**Provided material**.
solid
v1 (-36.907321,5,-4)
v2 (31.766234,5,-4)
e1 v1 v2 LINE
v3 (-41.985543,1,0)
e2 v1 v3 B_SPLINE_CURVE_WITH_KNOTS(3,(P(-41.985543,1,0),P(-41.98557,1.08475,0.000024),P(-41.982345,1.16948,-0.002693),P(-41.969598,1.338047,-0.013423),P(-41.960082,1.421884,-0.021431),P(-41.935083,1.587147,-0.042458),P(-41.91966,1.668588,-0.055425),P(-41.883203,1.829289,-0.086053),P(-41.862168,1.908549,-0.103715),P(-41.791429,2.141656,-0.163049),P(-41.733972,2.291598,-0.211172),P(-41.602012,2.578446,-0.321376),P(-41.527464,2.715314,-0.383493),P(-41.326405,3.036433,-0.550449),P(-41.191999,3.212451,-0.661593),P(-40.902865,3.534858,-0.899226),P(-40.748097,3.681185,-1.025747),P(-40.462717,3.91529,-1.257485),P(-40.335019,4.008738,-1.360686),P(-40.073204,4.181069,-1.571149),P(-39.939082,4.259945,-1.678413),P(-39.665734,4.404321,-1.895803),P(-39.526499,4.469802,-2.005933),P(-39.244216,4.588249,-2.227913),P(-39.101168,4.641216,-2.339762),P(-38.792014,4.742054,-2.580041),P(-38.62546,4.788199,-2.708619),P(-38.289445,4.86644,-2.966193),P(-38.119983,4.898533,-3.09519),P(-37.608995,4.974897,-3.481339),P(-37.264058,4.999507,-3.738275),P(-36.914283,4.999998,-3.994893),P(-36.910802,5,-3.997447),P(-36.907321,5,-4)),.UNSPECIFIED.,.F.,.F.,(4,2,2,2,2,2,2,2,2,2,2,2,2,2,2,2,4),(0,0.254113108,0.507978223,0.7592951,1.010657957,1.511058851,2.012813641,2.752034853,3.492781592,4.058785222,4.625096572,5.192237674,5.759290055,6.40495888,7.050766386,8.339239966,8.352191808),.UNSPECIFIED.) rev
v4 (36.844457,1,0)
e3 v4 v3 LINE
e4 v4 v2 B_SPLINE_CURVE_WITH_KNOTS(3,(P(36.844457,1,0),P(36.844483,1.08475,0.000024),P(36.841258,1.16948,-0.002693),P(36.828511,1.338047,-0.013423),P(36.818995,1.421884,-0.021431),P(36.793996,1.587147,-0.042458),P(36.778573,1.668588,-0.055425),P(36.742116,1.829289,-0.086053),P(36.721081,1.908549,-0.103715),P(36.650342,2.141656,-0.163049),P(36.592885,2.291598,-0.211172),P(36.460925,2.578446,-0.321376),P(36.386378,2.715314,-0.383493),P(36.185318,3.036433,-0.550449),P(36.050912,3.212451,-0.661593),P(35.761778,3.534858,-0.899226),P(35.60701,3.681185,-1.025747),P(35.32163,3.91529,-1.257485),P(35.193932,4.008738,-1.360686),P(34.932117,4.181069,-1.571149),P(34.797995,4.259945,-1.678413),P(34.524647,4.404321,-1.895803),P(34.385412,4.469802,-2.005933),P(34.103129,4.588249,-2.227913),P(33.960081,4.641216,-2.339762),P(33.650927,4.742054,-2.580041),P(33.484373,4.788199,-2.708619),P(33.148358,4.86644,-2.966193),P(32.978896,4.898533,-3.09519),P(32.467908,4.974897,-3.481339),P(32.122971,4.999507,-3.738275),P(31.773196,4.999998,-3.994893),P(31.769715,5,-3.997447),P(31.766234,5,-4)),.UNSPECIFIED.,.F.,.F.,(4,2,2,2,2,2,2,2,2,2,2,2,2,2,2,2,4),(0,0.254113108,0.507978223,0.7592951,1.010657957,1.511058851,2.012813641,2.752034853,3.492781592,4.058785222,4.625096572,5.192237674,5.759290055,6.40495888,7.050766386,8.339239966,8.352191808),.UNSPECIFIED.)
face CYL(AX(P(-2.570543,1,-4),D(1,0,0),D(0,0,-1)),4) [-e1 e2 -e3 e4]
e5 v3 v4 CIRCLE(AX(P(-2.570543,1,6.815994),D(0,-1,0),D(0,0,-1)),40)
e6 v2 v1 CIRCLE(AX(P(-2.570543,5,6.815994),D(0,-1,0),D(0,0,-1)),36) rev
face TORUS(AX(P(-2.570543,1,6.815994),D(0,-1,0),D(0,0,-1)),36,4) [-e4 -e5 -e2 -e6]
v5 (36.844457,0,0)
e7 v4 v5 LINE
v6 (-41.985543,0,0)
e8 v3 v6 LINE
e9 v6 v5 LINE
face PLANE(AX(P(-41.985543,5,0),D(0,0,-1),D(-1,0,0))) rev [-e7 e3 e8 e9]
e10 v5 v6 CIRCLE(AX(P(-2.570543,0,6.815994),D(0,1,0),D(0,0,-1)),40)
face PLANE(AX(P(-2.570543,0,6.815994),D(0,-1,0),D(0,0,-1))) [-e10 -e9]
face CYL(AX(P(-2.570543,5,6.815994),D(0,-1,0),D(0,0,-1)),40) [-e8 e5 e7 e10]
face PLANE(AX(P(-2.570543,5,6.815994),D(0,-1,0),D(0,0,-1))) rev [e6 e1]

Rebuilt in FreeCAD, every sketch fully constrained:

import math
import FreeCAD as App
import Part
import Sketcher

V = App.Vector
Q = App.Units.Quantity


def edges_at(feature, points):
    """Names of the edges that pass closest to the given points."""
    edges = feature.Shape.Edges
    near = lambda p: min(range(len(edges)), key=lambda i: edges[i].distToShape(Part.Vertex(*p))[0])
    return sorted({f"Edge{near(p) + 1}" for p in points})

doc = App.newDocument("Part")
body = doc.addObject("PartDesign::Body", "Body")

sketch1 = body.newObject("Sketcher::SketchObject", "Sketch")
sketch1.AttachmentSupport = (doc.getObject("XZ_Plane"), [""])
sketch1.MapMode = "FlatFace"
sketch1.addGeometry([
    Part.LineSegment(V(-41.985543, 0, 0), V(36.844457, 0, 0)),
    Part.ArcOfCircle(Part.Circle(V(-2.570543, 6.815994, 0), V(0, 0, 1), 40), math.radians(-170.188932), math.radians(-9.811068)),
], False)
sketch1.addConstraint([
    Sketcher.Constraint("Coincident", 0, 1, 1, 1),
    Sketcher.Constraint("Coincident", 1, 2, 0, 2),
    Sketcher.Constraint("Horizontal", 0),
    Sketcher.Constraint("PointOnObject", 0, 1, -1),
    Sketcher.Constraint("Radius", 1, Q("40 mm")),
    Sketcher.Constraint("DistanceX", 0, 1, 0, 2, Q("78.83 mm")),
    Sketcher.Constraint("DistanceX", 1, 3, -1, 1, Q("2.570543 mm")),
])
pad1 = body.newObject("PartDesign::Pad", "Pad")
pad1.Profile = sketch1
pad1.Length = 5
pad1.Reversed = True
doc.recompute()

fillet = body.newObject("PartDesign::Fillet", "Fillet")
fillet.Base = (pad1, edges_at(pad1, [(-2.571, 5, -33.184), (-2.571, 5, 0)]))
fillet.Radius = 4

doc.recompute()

**Directions for this task**. In the listing above, find the line with "e8 v3 v6 LINE" and the line with "Rebuilt in FreeCAD, every", then print exactly those two lines and every line between them, and nothing more.

**Result for this task**.
e8 v3 v6 LINE
e9 v6 v5 LINE
face PLANE(AX(P(-41.985543,5,0),D(0,0,-1),D(-1,0,0))) rev [-e7 e3 e8 e9]
e10 v5 v6 CIRCLE(AX(P(-2.570543,0,6.815994),D(0,1,0),D(0,0,-1)),40)
face PLANE(AX(P(-2.570543,0,6.815994),D(0,-1,0),D(0,0,-1))) [-e10 -e9]
face CYL(AX(P(-2.570543,5,6.815994),D(0,-1,0),D(0,0,-1)),40) [-e8 e5 e7 e10]
face PLANE(AX(P(-2.570543,5,6.815994),D(0,-1,0),D(0,0,-1))) rev [e6 e1]

Rebuilt in FreeCAD, every sketch fully constrained:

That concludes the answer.